Question : Ai-je effectué l’action opposée jusqu’au bout, avec l’ensemble de mon corps et de mon attitude ?

Clarification :
Il arrive que l’on pense avoir agi à l’opposé, alors que l’attitude corporelle (regard, ton de voix, posture, gestuelle, etc.) restait congruente avec l’émotion de départ. Pour que l’action opposée ait un effet régulateur, elle doit être pleinement incarnée.

Suggestion : Refaites l’action opposée en prêtant attention à votre ton, votre regard, votre posture, votre manière de vous mouvoir. Vous pouvez même vous filmer ou le faire devant un miroir pour observer si vous vous exprimez réellement de manière opposée à votre émotion initiale.

  1. « J’ai fait l’action opposée, mais ça n’a rien changé dans mon ressenti. »

Question : L’ai-je fait suffisamment longtemps pour permettre une transformation émotionnelle ?

Clarification :
Une action opposée trop brève ou effectuée de manière automatique ne permet pas au cerveau d’intégrer une nouvelle expérience émotionnelle. Pour être efficace, elle doit durer assez longtemps pour déclencher un apprentissage émotionnel.

Suggestion : Évaluez l’intensité de votre émotion avant et après l’action opposée. Donnez-vous le temps d’observer ce qui se passe en vous. Une répétition sur plusieurs jours peut aussi être nécessaire pour constater des effets durables.

  1. « Je l’ai fait plusieurs fois, et cela ne fonctionne toujours pas. »

Question : Est-ce que je m’attends à un résultat immédiat ? Ai-je persisté suffisamment ?

Clarification :
Changer une habitude émotionnelle prend du temps. Ce n’est pas parce qu’une tentative n’a pas été concluante que la méthode est inefficace. Le cerveau émotionnel a besoin de répétition et de cohérence dans l’expérience pour intégrer une nouvelle façon de réagir.

Suggestion : Ne vous découragez pas si vous ne ressentez pas un effet immédiat. Il faut parfois plusieurs répétitions pour observer un véritable changement. Il est normal que l’évolution soit progressive.

À retenir avant de conclure que « cela ne marche pas »

Avant de penser que la stratégie ne vous convient pas, posez-vous les questions suivantes :

  • Ai-je correctement évalué si l’émotion était justifiée par les faits ?
  • Ai-je identifié mes véritables impulsions à agir ?
  • L’action que j’ai choisie était-elle réellement opposée à ces impulsions ?
  • Ai-je pleinement incarné cette action dans mon corps et mon comportement ?
  • Ai-je répété cette action assez souvent et avec suffisamment de temps pour observer un effet ?

En résumé

Agir à l’opposé de l’émotion est une compétence clé en régulation émotionnelle quand :

  • L’émotion ne correspond pas aux faits réels.
  • L’intensité ou la durée de l’émotion est excessive.
  • L’émotion n’aide pas à atteindre ses objectifs.
  • L’émotion pousse à éviter ce qui doit être fait.

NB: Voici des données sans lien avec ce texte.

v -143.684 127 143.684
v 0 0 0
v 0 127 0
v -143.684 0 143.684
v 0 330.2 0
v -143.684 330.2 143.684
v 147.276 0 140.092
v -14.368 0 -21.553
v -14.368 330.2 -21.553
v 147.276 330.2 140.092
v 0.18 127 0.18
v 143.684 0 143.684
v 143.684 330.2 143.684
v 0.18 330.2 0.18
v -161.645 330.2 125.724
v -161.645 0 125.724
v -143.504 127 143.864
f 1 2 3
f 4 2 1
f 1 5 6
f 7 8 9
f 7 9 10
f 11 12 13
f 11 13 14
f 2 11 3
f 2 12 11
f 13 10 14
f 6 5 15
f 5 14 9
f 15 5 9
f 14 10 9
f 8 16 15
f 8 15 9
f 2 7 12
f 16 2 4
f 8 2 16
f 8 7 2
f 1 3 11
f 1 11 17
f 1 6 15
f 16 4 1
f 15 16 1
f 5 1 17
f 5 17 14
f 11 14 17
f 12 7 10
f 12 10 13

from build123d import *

# Parameters (mm, degrees)
BOSS_EXTRUDE1_DEPTH = 330.2
BOSS_EXTRUDE2_DEPTH = 0.254


with BuildPart() as part:
    # Sketch1 → Boss-Extrude1 (new body)
    with BuildSketch(Plane(origin=(0, 0, 0), x_dir=(1, 0, 0), z_dir=(0, 1, 0))):
        Polygon((0, 0), (-143.684097937, -143.684097937), (-161.644610179, -125.723585695), (-14.368409794, 21.552614691), (147.276200386, -140.091995489), (143.684097937, -143.684097937), align=None)
    extrude(amount=BOSS_EXTRUDE1_DEPTH)

    # Sketch2 → Boss-Extrude2 (add)
    with BuildSketch(Plane(origin=(0, 0, 0), x_dir=(0.707106781, 0, -0.707106781), z_dir=(0.707106781, 0, 0.707106781))):
        Polygon((0, 330.2), (0, 127), (-203.2, 127), align=None)
    extrude(amount=BOSS_EXTRUDE2_DEPTH)


solid = part.part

Cette technique engage à modifier son comportement dans le sens inverse de l’émotion, permettant ainsi de transformer la façon dont l’émotion est ressentie et vécue.

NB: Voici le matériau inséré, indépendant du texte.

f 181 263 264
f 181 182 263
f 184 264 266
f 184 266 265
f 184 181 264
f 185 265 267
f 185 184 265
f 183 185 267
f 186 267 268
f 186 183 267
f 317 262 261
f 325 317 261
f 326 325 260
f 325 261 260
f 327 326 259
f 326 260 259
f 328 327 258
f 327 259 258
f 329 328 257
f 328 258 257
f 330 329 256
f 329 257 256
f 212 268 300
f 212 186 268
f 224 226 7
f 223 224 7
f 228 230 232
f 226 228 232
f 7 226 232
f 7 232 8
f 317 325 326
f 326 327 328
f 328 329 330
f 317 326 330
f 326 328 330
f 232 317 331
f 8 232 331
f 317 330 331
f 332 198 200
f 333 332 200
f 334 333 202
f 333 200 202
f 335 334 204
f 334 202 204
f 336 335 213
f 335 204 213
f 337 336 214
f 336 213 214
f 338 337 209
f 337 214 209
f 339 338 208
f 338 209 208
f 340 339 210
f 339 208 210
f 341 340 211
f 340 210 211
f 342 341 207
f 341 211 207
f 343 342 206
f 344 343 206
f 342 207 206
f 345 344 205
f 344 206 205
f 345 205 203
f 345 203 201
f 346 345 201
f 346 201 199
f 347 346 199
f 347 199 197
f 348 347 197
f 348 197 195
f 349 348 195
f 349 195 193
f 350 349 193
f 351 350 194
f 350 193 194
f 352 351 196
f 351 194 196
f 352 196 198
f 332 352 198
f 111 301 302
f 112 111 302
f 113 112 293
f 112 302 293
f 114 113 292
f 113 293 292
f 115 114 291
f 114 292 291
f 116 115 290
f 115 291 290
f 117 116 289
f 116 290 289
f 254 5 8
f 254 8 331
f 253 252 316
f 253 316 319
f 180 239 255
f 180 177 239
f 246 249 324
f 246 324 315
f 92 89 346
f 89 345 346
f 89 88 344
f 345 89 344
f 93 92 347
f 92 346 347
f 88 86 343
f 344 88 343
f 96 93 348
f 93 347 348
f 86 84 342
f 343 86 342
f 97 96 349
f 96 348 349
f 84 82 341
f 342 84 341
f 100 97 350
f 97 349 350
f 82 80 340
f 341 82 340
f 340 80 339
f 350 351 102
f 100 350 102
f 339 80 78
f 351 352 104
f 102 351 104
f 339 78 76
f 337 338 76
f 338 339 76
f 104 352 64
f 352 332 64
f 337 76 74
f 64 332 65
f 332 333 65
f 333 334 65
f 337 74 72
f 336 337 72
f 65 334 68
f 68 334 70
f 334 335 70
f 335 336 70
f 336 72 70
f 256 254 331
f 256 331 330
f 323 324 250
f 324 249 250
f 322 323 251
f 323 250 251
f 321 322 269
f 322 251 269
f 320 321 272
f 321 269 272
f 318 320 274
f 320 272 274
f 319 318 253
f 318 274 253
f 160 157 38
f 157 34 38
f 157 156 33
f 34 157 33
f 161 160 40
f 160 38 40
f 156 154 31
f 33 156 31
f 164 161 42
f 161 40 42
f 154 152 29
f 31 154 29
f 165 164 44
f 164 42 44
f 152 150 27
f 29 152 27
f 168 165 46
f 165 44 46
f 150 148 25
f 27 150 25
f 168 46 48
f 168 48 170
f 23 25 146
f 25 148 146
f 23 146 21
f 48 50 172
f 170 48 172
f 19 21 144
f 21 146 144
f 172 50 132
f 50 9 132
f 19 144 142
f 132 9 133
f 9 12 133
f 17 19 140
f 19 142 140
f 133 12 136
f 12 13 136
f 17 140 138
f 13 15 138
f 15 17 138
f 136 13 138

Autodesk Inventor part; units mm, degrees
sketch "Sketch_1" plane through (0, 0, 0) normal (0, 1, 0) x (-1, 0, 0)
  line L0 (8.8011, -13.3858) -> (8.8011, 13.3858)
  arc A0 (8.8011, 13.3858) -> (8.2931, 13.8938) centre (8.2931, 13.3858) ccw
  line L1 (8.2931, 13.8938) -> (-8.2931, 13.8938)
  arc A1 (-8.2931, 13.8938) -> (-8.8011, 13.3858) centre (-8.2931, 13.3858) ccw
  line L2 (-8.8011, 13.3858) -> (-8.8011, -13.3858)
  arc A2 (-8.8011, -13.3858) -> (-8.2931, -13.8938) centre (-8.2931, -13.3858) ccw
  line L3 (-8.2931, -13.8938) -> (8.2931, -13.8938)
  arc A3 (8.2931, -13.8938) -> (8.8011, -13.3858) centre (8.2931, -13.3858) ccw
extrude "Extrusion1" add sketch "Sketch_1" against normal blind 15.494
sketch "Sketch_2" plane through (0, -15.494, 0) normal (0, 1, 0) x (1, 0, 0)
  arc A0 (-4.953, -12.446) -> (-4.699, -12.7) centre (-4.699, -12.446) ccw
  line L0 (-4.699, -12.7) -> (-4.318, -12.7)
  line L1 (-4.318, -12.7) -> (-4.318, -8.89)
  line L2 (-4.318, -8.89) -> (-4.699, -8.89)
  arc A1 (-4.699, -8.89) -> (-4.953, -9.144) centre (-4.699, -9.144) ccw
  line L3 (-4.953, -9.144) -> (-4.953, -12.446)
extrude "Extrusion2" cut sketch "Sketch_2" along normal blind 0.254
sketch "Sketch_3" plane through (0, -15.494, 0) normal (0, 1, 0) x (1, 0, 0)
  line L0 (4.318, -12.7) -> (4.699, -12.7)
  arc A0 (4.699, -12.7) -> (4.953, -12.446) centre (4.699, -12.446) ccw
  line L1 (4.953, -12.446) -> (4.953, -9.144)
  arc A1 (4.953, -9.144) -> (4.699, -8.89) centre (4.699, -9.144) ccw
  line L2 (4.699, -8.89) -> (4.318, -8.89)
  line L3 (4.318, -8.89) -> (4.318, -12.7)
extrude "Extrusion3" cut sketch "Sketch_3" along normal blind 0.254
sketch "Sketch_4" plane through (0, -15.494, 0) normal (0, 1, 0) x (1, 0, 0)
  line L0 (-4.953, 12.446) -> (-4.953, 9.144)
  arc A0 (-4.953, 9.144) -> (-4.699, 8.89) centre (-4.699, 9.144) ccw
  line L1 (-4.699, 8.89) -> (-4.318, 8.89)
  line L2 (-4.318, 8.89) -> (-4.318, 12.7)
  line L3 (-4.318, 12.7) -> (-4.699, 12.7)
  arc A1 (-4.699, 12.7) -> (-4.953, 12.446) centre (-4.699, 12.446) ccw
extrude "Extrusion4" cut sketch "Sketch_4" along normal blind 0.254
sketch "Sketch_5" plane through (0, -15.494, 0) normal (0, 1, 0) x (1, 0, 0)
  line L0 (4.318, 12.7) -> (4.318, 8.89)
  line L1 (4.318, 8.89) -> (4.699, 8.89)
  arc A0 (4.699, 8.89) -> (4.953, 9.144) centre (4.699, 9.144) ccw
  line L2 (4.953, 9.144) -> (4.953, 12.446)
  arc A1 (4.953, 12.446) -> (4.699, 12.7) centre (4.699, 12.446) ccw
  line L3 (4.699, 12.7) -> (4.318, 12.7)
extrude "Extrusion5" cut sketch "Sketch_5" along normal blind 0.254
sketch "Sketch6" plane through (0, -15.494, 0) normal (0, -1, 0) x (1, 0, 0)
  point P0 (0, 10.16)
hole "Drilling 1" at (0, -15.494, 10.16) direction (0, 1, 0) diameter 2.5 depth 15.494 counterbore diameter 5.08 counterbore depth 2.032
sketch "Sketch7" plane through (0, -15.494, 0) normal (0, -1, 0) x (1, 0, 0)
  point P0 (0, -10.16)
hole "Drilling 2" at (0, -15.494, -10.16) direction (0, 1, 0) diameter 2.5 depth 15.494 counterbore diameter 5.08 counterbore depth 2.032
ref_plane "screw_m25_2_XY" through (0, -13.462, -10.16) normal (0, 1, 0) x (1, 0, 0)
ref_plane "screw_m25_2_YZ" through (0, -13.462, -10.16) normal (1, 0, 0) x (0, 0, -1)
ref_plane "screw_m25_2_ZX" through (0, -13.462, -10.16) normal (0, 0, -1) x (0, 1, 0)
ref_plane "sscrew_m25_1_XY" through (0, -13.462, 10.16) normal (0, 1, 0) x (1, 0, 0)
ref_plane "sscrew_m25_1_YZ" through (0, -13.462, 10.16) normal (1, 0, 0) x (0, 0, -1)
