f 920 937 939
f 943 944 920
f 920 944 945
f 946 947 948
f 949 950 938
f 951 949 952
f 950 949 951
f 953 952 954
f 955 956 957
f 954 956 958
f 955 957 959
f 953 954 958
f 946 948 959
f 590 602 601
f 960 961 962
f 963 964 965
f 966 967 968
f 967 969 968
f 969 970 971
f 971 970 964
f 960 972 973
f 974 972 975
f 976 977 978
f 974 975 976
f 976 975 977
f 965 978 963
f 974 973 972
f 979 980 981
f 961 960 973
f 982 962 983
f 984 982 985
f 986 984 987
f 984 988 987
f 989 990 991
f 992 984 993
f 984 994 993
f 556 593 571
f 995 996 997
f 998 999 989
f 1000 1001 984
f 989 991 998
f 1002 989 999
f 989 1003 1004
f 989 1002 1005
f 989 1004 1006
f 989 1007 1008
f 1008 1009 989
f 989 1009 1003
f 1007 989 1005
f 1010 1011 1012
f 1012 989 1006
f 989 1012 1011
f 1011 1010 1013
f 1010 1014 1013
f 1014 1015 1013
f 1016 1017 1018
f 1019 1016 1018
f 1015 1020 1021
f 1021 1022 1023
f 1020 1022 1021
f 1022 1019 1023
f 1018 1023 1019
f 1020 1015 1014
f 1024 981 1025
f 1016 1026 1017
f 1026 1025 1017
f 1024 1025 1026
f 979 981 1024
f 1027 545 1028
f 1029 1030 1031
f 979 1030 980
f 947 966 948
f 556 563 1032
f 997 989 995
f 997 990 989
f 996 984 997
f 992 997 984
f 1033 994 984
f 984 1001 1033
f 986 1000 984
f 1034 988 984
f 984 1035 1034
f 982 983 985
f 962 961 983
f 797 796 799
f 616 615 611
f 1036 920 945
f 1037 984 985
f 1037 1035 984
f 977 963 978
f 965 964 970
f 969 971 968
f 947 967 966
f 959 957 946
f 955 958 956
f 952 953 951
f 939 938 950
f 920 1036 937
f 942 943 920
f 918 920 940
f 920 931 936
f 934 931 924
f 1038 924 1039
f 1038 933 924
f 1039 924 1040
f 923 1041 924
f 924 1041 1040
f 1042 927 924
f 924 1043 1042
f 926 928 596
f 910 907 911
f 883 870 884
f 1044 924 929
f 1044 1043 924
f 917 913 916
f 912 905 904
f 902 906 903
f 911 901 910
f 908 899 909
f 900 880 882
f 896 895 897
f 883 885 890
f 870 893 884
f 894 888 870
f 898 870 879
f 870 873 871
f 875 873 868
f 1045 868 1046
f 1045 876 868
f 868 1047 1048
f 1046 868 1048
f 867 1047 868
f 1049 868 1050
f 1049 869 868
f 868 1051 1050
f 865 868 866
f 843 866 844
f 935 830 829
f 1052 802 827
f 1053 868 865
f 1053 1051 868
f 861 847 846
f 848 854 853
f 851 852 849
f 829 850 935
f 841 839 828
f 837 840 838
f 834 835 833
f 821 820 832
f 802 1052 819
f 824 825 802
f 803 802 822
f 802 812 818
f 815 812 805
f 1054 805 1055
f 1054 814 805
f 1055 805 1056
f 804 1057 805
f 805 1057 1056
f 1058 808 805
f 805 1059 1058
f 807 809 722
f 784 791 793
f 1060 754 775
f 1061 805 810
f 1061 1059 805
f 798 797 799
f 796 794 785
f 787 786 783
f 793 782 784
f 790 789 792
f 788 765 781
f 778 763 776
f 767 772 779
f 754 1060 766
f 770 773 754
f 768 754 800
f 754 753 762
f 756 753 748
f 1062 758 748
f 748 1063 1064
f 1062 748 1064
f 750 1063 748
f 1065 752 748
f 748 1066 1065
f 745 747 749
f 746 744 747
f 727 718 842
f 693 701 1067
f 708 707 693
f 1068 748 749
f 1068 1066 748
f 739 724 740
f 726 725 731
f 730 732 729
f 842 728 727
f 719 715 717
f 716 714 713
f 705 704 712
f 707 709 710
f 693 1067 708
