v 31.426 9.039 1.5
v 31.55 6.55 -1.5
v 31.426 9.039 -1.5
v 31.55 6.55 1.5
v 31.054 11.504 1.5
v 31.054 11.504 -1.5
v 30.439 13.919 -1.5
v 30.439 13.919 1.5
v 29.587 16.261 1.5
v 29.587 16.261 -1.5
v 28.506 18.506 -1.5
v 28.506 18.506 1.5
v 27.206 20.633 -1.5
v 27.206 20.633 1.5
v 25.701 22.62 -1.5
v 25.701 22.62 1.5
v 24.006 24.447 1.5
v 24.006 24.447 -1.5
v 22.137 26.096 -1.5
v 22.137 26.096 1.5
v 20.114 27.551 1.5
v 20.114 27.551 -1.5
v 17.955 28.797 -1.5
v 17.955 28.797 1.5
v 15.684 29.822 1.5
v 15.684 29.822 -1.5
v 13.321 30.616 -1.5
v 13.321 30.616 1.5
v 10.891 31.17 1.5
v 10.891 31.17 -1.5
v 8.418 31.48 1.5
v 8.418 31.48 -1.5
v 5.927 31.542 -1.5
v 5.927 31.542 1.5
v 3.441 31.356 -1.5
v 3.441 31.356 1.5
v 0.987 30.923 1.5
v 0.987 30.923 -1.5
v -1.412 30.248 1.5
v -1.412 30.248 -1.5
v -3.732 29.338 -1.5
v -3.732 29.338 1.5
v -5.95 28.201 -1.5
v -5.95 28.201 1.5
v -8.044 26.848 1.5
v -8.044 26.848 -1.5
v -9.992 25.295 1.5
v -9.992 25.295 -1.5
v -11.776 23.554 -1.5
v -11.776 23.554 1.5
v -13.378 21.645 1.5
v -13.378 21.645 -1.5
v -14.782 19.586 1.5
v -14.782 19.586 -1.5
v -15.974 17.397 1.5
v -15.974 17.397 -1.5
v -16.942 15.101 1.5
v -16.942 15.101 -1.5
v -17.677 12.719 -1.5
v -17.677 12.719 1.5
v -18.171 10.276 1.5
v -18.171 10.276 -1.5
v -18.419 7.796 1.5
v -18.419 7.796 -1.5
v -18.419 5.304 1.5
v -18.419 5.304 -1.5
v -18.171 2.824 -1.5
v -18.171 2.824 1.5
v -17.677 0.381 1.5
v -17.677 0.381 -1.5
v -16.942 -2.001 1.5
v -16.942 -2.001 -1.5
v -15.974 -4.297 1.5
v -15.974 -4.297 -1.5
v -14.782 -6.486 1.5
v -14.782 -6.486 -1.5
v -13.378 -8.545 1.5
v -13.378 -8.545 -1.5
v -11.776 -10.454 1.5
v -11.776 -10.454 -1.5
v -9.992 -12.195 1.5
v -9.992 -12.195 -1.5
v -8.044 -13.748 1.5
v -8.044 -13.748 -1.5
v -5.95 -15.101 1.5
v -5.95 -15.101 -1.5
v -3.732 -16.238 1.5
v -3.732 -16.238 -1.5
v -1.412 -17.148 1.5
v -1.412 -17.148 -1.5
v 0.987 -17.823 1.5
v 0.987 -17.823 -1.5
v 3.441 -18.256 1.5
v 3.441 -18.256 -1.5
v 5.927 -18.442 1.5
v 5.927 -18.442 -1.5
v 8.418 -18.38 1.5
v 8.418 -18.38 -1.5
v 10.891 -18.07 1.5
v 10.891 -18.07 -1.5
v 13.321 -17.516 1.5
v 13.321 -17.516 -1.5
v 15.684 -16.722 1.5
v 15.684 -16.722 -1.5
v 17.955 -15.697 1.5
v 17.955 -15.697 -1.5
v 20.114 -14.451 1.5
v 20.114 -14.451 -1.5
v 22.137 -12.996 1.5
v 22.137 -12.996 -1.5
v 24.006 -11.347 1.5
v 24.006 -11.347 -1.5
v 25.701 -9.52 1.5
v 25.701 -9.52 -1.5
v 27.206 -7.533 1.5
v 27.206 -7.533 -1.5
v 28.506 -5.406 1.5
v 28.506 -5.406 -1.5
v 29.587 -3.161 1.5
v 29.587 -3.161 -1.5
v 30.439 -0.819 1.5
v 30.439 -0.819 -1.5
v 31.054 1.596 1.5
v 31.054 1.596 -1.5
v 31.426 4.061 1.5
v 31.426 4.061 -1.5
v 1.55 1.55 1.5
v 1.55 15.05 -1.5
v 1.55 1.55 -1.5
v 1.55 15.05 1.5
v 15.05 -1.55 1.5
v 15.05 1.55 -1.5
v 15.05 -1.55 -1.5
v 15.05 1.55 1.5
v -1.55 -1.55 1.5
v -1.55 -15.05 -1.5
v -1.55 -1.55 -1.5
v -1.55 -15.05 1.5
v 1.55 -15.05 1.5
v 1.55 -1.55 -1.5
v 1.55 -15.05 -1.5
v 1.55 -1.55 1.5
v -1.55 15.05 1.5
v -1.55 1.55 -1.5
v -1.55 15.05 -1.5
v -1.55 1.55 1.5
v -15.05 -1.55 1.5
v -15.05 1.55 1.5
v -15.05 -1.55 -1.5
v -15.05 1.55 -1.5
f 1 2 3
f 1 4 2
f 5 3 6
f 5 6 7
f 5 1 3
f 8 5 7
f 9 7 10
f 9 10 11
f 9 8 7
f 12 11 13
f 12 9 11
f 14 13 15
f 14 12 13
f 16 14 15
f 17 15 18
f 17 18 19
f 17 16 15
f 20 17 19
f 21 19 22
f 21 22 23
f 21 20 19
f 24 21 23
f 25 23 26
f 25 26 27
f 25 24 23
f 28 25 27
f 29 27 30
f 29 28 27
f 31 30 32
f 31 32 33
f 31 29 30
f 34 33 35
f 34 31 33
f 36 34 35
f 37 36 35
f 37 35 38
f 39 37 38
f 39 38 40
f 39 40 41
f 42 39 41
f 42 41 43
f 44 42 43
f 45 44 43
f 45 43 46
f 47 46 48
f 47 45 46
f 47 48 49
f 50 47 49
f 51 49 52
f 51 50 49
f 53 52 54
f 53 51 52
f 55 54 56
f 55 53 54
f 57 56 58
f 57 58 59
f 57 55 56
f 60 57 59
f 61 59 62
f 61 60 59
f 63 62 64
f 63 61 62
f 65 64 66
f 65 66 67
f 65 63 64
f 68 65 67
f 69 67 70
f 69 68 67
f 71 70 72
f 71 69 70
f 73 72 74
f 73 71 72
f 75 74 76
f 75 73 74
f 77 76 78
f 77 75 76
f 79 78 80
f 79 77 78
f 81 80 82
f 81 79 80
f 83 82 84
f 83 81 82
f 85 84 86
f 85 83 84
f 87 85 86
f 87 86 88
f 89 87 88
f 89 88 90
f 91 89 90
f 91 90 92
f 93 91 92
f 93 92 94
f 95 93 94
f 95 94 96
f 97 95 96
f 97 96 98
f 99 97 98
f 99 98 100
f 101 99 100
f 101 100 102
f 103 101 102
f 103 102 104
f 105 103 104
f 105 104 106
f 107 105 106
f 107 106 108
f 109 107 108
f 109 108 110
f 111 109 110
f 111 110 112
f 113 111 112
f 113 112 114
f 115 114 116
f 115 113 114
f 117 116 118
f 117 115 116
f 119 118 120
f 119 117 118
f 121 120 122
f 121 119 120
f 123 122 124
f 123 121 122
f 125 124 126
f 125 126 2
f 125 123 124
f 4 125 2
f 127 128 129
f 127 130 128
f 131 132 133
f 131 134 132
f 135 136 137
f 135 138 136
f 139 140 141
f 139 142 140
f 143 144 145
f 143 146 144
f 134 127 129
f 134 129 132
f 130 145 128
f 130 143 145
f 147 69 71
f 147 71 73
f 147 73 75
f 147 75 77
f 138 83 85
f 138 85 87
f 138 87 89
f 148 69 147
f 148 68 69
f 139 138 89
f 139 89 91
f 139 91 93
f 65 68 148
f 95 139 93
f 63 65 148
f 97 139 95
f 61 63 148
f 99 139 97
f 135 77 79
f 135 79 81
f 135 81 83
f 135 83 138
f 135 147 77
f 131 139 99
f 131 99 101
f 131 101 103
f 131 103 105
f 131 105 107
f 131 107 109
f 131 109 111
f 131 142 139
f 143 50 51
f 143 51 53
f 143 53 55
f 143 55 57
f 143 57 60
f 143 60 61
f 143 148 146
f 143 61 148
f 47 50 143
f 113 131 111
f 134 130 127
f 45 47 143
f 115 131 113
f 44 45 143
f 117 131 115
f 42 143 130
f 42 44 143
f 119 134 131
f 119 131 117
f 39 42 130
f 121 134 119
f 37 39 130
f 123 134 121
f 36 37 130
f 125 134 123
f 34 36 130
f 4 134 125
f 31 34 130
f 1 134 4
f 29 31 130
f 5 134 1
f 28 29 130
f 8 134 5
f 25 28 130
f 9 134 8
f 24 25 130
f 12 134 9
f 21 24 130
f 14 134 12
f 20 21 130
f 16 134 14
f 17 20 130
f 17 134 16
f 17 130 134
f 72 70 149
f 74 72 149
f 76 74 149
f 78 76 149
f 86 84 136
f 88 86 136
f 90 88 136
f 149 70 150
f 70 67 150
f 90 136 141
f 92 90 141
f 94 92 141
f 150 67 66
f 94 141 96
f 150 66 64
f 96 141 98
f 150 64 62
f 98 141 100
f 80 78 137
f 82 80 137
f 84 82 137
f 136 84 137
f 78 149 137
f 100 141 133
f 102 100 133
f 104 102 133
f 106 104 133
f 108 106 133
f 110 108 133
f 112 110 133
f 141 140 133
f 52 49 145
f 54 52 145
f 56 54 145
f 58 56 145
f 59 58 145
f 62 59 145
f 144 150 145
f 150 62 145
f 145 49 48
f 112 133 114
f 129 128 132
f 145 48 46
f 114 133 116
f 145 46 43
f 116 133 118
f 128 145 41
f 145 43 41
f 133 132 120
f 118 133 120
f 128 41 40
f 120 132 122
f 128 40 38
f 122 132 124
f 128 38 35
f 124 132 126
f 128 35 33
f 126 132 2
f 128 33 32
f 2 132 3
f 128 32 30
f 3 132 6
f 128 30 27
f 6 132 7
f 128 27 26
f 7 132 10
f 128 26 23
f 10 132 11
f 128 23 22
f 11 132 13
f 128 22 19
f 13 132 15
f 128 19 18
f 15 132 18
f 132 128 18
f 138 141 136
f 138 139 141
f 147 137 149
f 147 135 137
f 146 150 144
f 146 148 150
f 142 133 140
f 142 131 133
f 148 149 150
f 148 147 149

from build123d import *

# Parameters (mm, degrees)
SKETCH1_R           = 25
BOSS_EXTRUDE1_DEPTH = 1.5


with BuildPart() as part:
    # Sketch1 → Boss-Extrude1 (new body, symmetric)
    with BuildSketch(Plane.XY):
        with Locations((6.55, 6.55)):
            Circle(SKETCH1_R)
        Polygon((1.55, 1.55), (15.05, 1.55), (15.05, -1.55), (1.55, -1.55), (1.55, -15.05), (-1.55, -15.05), (-1.55, -1.55), (-15.05, -1.55), (-15.05, 1.55), (-1.55, 1.55), (-1.55, 15.05), (1.55, 15.05), align=None, mode=Mode.SUBTRACT)
    extrude(amount=BOSS_EXTRUDE1_DEPTH, both=True)


solid = part.part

Avant d’avancer à la prochaine leçon, prenez le temps de faire l’exercice de cette semaine. Votre progression se construit dans la pratique

Si vous avez des questions ou des préoccupations concernant votre santé mentale ou comportementale, veuillez en parler à votre professionnel de santé ou à un professionnel de la santé mentale. Cet article s’appuie sur des recherches évaluées par des pairs ainsi que sur des informations provenant de sociétés de santé comportementale et d’agences gouvernementales. Cependant, il ne remplace en aucun cas les conseils, le diagnostic ou le traitement d’un professionnel qualifié.